En ese instante la nube de pólvora que llenaba la tienda se disipó y vio a Mendoza incólume en medio de la tienda palpándose los brazos y remirándolos lo mismo que un ciervo que hubiera escapado del cazador en el último segundo dando un osado salto.

La mirada de Grumbach recayó en ese instante en Dalila, que yacía muerta en el suelo. Mas no sentía ni pena ni dolor, sino sorpresa ante el extraño prodecer de Melchior Jäcklein, que había matado a Dalila en vez de al duque. Buscaba alguna palabra de consuelo, pero no le salió ninguna y a media voz dijo a Mendoza, sacudiendo asombrado la cabeza:

—Esto ha sido el necio de Melchior, ya sabéis que tiene la cabeza llena de pájaros y una imaginación desbordante.

El duque de Mendoza estaba de rodillas en el suelo, sosteniendo la cabecita oscura de Dalila muerta.

—No comprendo por qué me habéis perdonado a mí, y habéis matado a esta criatura —se lamentó—. Debisteis tener piedad con esta niña. Rezad, conde del Rin, rezad por vuestra alma porque nuestro Redentor no perdona tan fácilmente el pecado de Herodes.

Grumbach se acercó al cadáver, luego se detuvo mirando a un lado como si buscara algo. Lentamente y sumido en sus pensamientos recogió el sombrero del suelo y se lo caló hasta los ojos, por miedo a que la fallecida Dalila se asustara de su ojo vacío.

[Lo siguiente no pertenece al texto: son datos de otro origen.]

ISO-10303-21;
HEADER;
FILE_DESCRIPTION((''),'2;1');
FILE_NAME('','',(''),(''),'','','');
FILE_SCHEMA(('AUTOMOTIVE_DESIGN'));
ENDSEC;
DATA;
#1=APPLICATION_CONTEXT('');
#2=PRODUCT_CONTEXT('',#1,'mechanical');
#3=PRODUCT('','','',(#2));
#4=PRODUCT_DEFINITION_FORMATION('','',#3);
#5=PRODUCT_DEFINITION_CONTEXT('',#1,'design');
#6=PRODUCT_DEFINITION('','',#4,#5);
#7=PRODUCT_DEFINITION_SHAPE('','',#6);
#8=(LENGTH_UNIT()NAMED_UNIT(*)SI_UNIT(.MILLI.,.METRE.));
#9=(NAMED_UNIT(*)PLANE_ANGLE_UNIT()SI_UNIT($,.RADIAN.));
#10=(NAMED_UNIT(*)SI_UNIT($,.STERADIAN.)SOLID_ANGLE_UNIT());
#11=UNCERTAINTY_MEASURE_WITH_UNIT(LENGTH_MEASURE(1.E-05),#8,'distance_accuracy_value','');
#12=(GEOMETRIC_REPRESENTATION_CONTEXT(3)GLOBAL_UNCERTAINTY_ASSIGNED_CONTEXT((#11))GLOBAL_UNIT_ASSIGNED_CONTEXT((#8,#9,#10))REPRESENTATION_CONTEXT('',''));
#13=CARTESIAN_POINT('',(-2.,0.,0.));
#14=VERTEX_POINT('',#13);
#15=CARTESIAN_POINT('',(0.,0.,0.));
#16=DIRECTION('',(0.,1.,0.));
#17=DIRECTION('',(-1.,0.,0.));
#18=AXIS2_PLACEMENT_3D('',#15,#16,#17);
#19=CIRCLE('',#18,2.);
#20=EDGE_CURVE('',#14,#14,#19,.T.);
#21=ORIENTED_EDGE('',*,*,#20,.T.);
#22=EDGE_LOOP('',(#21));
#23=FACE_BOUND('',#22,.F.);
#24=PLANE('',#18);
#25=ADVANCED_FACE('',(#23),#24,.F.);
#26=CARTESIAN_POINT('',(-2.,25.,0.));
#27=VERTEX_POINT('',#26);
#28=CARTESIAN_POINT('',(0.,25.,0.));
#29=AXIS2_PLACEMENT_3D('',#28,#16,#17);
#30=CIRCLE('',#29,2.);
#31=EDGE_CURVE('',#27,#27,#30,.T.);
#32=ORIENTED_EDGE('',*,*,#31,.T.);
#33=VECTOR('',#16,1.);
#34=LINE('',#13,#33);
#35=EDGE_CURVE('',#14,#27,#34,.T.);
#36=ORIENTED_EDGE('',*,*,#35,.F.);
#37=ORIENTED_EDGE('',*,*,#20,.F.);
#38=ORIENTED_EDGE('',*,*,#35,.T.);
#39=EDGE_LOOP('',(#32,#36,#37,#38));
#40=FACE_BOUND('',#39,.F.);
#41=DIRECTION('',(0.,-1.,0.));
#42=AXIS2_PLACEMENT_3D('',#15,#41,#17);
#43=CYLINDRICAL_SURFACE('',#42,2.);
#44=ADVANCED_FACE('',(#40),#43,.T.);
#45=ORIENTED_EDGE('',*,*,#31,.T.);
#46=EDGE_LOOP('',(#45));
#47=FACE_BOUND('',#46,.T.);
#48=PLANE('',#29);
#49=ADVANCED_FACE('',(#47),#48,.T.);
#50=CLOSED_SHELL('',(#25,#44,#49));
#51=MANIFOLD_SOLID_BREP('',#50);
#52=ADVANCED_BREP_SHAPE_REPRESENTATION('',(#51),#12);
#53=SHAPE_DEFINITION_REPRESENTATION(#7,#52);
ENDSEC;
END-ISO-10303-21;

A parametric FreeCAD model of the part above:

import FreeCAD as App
import Part
import Sketcher
from FreeCAD import Vector

doc = App.newDocument("Part")
body = doc.addObject("PartDesign::Body", "Body")

# Sketch on XZ plane
sketch1 = body.newObject("Sketcher::SketchObject", "Sketch")
sketch1.AttachmentSupport = (doc.getObject("XZ_Plane"), [""])
sketch1.MapMode = "FlatFace"
sketch1.addGeometry(Part.Circle(Vector(0, 0, 0), Vector(0, 0, 1), 2), False)
sketch1.addConstraint([
    Sketcher.Constraint("Coincident", 0, 3, -1, 1),
    Sketcher.Constraint("Diameter", 0, 4.0),
])
pad1 = body.newObject("PartDesign::Pad", "Pad")
pad1.Profile = sketch1
pad1.Length = 25
pad1.Reversed = True

doc.recompute()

—Fue siempre una avecilla perdida y asustadiza —dijo Mendoza triste—, revoloteaba temerosa entre vos y yo, sin saber a quién de los dos pertenecía. Debe existir una pequeña e ínfima parte que vos y yo tenemos en común, y que ella supo reconocer y amar. Tal vez fuera la forma de ladear la cabeza, tal vez un mohín de labios, o tal vez fuera nuestra risa o nuestra forma de reñirla o de dormir, lo que nos asemejara el uno al otro un breve instante… no lo sé. Pero esa niña sabía lo que otros ignoraban: que tenemos un mismo padre y la misma sangre… ¡hermano! Por eso voló de ti a mí, hermano, y por eso ha tenido que morir.

El duque recostó la cabeza de Dalila en el suelo y tomó su mano en la suya.

Grumbach enmudeció sin rastro de dolor por la muerte de Dalila, como si nunca la hubiera visto o conocido.

El duque aprovechó para ir hasta el catre donde dormía Dalila. Regresó con dos pequeñas campanillas de plata en las manos, una de ellas tenía la forma de una mariposa y la otra tenía el cuerpo lleno de escamas igual que una serpiente; hizo tintinear esta última y la introdujo entre los dedos rígidos de Dalila.

—Le pertenecían —dijo—. Esta niña testaruda tenía más de cien campanillas de plata en su habitación, no paraban de sonar y tintinear. Pero estas dos se las llevó consigo cuando tuvimos que huir, porque quería escuchar su repicar. Amaba la música de todas las cosas; podía pasarse horas escuchando el crepitar de las antorchas de pez, se despertaba y prestaba oídos al monótono ruido de la lluvia, bailaba al compás del martilleo cuando se herraba un caballo… lo único que no le gustaba era el relincho de los caballos, le daba pena.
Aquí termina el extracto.